Stored data
==========

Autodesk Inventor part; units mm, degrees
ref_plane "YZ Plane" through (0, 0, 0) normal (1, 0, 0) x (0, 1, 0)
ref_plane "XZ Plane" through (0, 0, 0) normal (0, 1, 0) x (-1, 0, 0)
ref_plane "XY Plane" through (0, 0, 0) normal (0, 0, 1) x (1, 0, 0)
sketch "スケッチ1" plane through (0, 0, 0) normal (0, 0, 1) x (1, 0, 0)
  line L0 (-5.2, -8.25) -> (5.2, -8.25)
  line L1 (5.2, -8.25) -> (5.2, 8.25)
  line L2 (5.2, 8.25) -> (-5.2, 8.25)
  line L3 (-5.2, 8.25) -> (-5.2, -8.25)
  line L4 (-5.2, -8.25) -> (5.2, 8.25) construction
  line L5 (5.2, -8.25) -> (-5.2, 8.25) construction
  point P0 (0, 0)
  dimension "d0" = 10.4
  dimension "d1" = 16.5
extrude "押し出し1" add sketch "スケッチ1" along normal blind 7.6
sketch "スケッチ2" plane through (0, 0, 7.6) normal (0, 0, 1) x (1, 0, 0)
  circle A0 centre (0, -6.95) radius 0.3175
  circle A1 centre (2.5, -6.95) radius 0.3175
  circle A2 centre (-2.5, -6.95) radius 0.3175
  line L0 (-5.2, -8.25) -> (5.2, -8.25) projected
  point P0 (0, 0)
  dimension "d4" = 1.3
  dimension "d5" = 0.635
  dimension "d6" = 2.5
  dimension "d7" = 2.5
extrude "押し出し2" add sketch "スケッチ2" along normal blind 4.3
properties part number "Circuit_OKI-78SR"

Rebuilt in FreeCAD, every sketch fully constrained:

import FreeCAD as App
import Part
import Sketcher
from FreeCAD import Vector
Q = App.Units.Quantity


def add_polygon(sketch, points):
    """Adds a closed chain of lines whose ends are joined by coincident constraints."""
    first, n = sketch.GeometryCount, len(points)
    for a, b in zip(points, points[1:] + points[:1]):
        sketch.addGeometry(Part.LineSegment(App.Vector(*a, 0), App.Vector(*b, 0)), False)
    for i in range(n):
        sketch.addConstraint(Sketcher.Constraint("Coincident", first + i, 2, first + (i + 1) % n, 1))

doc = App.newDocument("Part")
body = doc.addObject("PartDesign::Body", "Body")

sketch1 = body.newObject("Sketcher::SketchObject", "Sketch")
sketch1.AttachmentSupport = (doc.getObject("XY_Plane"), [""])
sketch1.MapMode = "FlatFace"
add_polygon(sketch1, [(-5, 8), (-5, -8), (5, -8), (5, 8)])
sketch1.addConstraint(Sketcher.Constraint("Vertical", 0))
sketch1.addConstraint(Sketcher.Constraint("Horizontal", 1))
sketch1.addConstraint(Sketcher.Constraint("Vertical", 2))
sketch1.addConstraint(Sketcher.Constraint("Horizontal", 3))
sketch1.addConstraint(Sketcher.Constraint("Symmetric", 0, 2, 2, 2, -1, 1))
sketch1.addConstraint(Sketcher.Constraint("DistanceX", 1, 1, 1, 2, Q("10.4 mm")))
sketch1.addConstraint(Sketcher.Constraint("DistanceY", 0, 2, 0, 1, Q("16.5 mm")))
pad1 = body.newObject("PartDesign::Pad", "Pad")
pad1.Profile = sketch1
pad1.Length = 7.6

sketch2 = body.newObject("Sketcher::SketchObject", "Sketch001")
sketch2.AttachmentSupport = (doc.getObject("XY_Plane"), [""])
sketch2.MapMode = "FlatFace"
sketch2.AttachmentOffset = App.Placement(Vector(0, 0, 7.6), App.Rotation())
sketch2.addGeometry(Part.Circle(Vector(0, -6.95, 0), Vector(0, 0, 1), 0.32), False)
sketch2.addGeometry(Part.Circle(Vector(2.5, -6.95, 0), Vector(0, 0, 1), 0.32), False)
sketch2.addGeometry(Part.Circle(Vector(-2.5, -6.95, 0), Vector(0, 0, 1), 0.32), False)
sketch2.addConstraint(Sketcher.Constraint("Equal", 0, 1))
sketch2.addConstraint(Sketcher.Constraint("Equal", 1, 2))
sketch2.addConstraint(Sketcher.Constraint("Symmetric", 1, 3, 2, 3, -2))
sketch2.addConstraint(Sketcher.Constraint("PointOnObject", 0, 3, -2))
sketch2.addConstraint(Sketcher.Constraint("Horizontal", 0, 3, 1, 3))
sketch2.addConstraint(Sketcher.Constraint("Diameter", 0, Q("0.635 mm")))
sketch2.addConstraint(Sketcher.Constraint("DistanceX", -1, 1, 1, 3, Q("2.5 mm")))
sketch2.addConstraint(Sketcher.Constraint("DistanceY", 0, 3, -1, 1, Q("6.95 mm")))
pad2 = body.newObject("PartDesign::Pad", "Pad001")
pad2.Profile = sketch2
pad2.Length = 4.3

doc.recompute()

==========

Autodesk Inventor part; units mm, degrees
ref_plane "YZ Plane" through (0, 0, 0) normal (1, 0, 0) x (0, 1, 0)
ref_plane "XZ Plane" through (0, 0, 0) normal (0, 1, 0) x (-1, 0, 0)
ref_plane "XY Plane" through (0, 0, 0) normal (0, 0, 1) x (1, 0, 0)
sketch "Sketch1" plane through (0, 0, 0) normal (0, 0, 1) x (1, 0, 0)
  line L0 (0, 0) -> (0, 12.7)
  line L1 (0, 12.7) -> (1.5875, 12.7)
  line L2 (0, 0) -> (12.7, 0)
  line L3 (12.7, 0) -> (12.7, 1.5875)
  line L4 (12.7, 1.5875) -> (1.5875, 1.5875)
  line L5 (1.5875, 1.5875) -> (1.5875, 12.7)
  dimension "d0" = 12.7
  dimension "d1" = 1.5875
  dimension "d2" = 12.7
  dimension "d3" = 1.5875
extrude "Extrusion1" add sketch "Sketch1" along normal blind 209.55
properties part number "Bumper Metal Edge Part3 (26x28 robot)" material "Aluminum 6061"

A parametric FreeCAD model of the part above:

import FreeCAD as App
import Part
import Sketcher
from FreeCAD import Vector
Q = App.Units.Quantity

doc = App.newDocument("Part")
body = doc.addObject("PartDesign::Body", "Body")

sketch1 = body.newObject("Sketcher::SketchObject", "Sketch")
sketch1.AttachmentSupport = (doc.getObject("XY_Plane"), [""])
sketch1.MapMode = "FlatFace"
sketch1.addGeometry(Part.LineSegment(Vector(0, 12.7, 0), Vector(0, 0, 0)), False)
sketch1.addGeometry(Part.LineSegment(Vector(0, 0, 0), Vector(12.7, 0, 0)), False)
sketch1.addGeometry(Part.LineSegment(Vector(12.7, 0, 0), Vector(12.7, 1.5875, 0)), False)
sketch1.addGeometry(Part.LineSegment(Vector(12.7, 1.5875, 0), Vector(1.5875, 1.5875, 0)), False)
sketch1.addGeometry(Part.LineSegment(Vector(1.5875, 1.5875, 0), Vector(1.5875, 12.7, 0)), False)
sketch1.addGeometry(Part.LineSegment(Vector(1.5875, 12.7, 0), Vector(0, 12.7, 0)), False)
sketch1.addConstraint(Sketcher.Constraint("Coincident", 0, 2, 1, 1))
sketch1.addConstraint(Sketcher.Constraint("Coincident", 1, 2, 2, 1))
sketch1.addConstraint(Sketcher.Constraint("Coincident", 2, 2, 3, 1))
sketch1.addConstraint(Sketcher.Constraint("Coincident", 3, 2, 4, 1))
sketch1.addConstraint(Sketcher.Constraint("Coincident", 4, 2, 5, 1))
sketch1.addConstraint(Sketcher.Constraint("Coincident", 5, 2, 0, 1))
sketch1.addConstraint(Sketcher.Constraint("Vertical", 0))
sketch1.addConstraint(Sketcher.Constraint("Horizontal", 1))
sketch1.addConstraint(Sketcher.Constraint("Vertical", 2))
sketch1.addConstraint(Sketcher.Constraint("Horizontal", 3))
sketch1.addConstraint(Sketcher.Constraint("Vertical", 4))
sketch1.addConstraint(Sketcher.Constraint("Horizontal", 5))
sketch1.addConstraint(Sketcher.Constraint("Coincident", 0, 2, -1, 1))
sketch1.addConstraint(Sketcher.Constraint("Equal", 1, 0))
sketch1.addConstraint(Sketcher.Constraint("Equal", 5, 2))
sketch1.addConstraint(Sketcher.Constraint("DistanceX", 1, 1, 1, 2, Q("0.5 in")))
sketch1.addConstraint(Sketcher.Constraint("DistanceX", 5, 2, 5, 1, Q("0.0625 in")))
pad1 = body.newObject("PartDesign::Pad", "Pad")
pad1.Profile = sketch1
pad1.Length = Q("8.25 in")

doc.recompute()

==========

• Required action:
The word "blind" appears in some lines of the data; state how many such lines there are, and nothing further.

• Finished exercise:
3